Esto tiene que cambiar, chicos.
Silvina tomó la palabra mientras el grupo seguía encerrado en el cuarto de Bambi. Pablo se acurrucó con su hermano bajo los almohadones y no volvió a salir de allí.
—No podemos seguir paseando por este laberinto de cosas raras sin encontrar algo concreto que le dé sentido a todo esto.
—No todos necesitamos descubrir algo, Silvina. Yo me siento cómoda como estoy —dijo Bambi, con frialdad, aferrándose de nuevo al brazo de Abigail, sin mirar a su amiga.
—¿A quién buscabas en la estación, pichoncita? —dijo Silvina, ignorando el disgusto de Bambi y queriendo indagar más. Silvina tenía alma de detective; nada de lo que estaba pasando en estos meses, incluida la aparición de Bambi, le parecía que podría quedar así nomás, sin ajustar los hilos que unían los hechos hasta que tuviese un sentido para ella.
—A alguien, pero no tengo idea... —contestó Bambi, como al pasar.
—¿Y tú, Bauti? ¿Cómo supiste que Bambi estaba en la estación? —preguntó Silvina, caminando con seriedad hacia la pila de almohadones que cubrían a Pablo y al niño.
—Ni idea, lo supe nada más... —respondió Bautista.
—¿Abigail, cómo es que hablas con Bambi? ¿Me refrescas la memoria? —preguntó Silvina.
—En la cabeza, en mi interior —dijo Abi, siguiendo la caminata de su amiga por toda la habitación sin perderse un solo paso.
—¿Y las paredes pintadas? Porque podíamos verlas solo nosotros. Es más, ¿alguien se acuerda del incidente de las paredes ya?
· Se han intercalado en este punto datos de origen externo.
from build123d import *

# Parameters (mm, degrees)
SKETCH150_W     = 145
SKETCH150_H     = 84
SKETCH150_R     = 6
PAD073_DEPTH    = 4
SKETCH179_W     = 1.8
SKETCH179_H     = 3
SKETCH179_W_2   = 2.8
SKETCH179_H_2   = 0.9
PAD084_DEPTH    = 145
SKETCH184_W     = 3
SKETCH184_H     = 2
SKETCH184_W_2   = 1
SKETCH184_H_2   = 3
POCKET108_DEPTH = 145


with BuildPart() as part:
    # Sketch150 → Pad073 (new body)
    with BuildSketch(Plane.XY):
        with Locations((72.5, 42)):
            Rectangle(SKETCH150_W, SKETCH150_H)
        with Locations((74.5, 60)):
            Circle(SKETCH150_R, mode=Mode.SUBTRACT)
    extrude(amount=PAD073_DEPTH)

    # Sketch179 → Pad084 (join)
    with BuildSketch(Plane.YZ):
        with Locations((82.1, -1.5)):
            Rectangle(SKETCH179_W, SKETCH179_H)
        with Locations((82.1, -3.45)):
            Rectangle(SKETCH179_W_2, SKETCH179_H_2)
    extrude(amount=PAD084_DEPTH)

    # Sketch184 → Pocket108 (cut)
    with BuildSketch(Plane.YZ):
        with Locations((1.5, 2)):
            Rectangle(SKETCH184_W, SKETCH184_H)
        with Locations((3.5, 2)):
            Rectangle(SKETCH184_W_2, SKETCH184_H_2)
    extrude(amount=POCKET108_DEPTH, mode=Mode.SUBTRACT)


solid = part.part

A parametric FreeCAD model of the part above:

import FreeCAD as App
import Part
import Sketcher
Q = App.Units.Quantity


def add_polygon(sketch, points):
    """Adds a closed chain of lines whose ends are joined by coincident constraints."""
    first, n = sketch.GeometryCount, len(points)
    for a, b in zip(points, points[1:] + points[:1]):
        sketch.addGeometry(Part.LineSegment(App.Vector(*a, 0), App.Vector(*b, 0)), False)
    for i in range(n):
        sketch.addConstraint(Sketcher.Constraint("Coincident", first + i, 2, first + (i + 1) % n, 1))

doc = App.newDocument("Part")
params = doc.addObject("Spreadsheet::Sheet", "Params")
for row, (alias, value) in enumerate([
    ("sketch1_diameter", "12 mm"),
    ("sketch1_width", "145 mm"),
    ("sketch1_height", "84 mm"),
    ("pad1_length", "4 mm"),
    ("sketch2_height", "3 mm"),
    ("sketch2_width", "0.5 mm"),
    ("sketch2_width2", "2.8 mm"),
    ("sketch2_height2", "0.9 mm"),
    ("pad2_length", "145 mm"),
    ("sketch3_width", "3 mm"),
    ("sketch3_width2", "1 mm"),
    ("sketch3_height", "2 mm"),
    ("pocket1_length", "145 mm"),
], start=1):
    params.set(f"A{row}", alias)
    params.set(f"B{row}", "=" + value)
    params.setAlias(f"B{row}", alias)

body = doc.addObject("PartDesign::Body", "Body")

sketch1 = body.newObject("Sketcher::SketchObject", "Sketch")
sketch1.AttachmentSupport = (doc.getObject("XY_Plane"), [""])
sketch1.MapMode = "FlatFace"
add_polygon(sketch1, [(0, 84), (0, 0), (145, 0), (145, 84)])
sketch1.addGeometry(Part.Circle(App.Vector(74, 60, 0), App.Vector(0, 0, 1), 6), False)
sketch1.addConstraint([
    Sketcher.Constraint("Vertical", 0),
    Sketcher.Constraint("Horizontal", 1),
    Sketcher.Constraint("Vertical", 2),
    Sketcher.Constraint("Horizontal", 3),
    Sketcher.Constraint("Coincident", 0, 2, -1, 1),
    Sketcher.Constraint("Diameter", 4, Q("12 mm")),
    Sketcher.Constraint("DistanceX", 1, 1, 1, 2, Q("145 mm")),
    Sketcher.Constraint("DistanceY", 0, 2, 0, 1, Q("84 mm")),
    Sketcher.Constraint("DistanceY", -1, 1, 4, 3, Q("60 mm")),
    Sketcher.Constraint("DistanceX", -1, 1, 4, 3, Q("74.5 mm")),
])
sketch1.setExpression("Constraints[9]", "Params.sketch1_diameter")
sketch1.setExpression("Constraints[10]", "Params.sketch1_width")
sketch1.setExpression("Constraints[11]", "Params.sketch1_height")
pad1 = body.newObject("PartDesign::Pad", "Pad")
pad1.Profile = sketch1
pad1.setExpression("Length", "Params.pad1_length")

sketch2 = body.newObject("Sketcher::SketchObject", "Sketch001")
sketch2.AttachmentSupport = (doc.getObject("YZ_Plane"), [""])
sketch2.MapMode = "FlatFace"
add_polygon(sketch2, [(81.2, 0), (81.2, -3), (80.7, -3), (80.7, -3.9), (83.5, -3.9), (83.5, -3), (83, -3), (83, 0)])
sketch2.addConstraint([
    Sketcher.Constraint("Vertical", 0),
    Sketcher.Constraint("Horizontal", 1),
    Sketcher.Constraint("Vertical", 2),
    Sketcher.Constraint("Horizontal", 3),
    Sketcher.Constraint("Vertical", 4),
    Sketcher.Constraint("Horizontal", 5),
    Sketcher.Constraint("Vertical", 6),
    Sketcher.Constraint("Horizontal", 7),
    Sketcher.Constraint("PointOnObject", 6, 2, -1),
    Sketcher.Constraint("Horizontal", 1, 2, 4, 2),
    Sketcher.Constraint("Equal", 1, 5),
    Sketcher.Constraint("DistanceY", 0, 2, 0, 1, Q("3 mm")),
    Sketcher.Constraint("DistanceX", 1, 2, 1, 1, Q("0.5 mm")),
    Sketcher.Constraint("DistanceX", 3, 1, 3, 2, Q("2.8 mm")),
    Sketcher.Constraint("DistanceY", 2, 2, 2, 1, Q("0.9 mm")),
    Sketcher.Constraint("DistanceX", -1, 1, 5, 2, Q("83 mm")),
])
sketch2.setExpression("Constraints[19]", "Params.sketch2_height")
sketch2.setExpression("Constraints[20]", "Params.sketch2_width")
sketch2.setExpression("Constraints[21]", "Params.sketch2_width2")
sketch2.setExpression("Constraints[22]", "Params.sketch2_height2")
pad2 = body.newObject("PartDesign::Pad", "Pad001")
pad2.Profile = sketch2
pad2.setExpression("Length", "Params.pad2_length")

sketch3 = body.newObject("Sketcher::SketchObject", "Sketch002")
sketch3.AttachmentSupport = (doc.getObject("YZ_Plane"), [""])
sketch3.MapMode = "FlatFace"
add_polygon(sketch3, [(0, 3), (0, 1), (3, 1), (3, 0.5), (4, 0.5), (4, 3.5), (3, 3.5), (3, 3)])
sketch3.addConstraint([
    Sketcher.Constraint("Vertical", 0),
    Sketcher.Constraint("Horizontal", 1),
    Sketcher.Constraint("Vertical", 2),
    Sketcher.Constraint("Horizontal", 3),
    Sketcher.Constraint("Vertical", 4),
    Sketcher.Constraint("Horizontal", 5),
    Sketcher.Constraint("Vertical", 6),
    Sketcher.Constraint("Horizontal", 7),
    Sketcher.Constraint("PointOnObject", 0, 2, -2),
    Sketcher.Constraint("Vertical", 2, 2, 5, 2),
    Sketcher.Constraint("Equal", 7, 4),
    Sketcher.Constraint("Equal", 2, 6),
    Sketcher.Constraint("DistanceX", 1, 1, 1, 2, Q("3 mm")),
    Sketcher.Constraint("DistanceX", 3, 1, 3, 2, Q("1 mm")),
    Sketcher.Constraint("DistanceY", 0, 2, 0, 1, Q("2 mm")),
    Sketcher.Constraint("DistanceY", -1, 1, 0, 2, Q("1 mm")),
])
sketch3.setExpression("Constraints[20]", "Params.sketch3_width")
sketch3.setExpression("Constraints[21]", "Params.sketch3_width2")
sketch3.setExpression("Constraints[22]", "Params.sketch3_height")
pocket1 = body.newObject("PartDesign::Pocket", "Pocket")
pocket1.Profile = sketch3
pocket1.setExpression("Length", "Params.pocket1_length")
pocket1.Reversed = True

doc.recompute()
—La verdad es que, si no lo nombrabas, ni lo recordaba ya —dijo Pablo, saliendo de debajo de la montaña de almohadas, más recompuesto.
—¿Cómo es que Bambi sabe tantas cosas de nosotros?
—Esa es fácil —dijo Bambi—. Porque las sé, y punto.
—Pero no es así la vida, pichoncita. Desde que apareciste, nos estamos tomando las cosas más extrañas y sin explicación con naturalidad. Y lo que más me intriga es por qué, pasados los días, empezamos a olvidar —finalmente, Silvina se sentó para decirlo.
—No aparecí porque quise, Silvina... —dijo la joven, sin inmutarse, como era su costumbre.
—¡Exacto! —Silvina se puso de pie como un resorte.
—No entiendo, amiga... —Abigail estaba confundida.
—Tenemos que saber de dónde vienes y para qué. Esa es la semilla de todo... todo... —parecía que Silvina no encontraba las palabras.
—...este asunto —completó Pablo.
—La tía Pupe... —dijo Bambi.
—...también lo pensé —dijo Silvina, sentándose junto a Bambi—. La tía debe saber; estás en sus fotos de niña en Catamarca.
—Pero de esa vida yo no recuerdo nada...
—No, pero la tía sí debe tener recuerdos. Ella dijo que volvió varias veces a Catamarca.
—...fue a buscar a María de las Angutias —agregó Abigail—. Pero no la encontró. Mi mamá siempre cuenta que hay una casa antigua allá, que está en ruinas, que perteneció a los abuelos de Pupe, y que la última vez que fue, Pupe donó los terrenos a un convento donde se crió.
—Pupe me dio la caja de fotos... —recordó Pablo—. Dijo que yo sabría qué hacer, pero realmente no sé.
Todos se quedaron en silencio. Era algo que le pasaba siempre a Silvina: cada vez que ataba los nudos de algunas pistas, llegaba a un lugar donde no había nada más.
—Hablamos con Pupe varias veces; esquiva las respuestas. Su único interés siempre es proteger a Bambi. Lo mismo pasa con Alba y mi papá; no hay más datos que los que ellos recuerdan y ya nos dieron.
—Ellos no pueden saber mucho; eran muy pequeños cuando la tía llegó —dijo Abigail—. Tampoco quieren hablar mucho de esas épocas; hay mucho dolor y sufrimiento en esas historias.
—...y ese generalmente es el problema con nuestra familia —dijo Bauti—. Todos guardan historias, pasean sobre ellas sin contarlas, y los demás tenemos que andar adivinando. Ya me cansé de eso; hoy se terminó. —Y se puso de pie, dirigiéndose con paso firme al patio donde estaban algunos adultos.
Los demás lo siguieron; no tenían otra idea.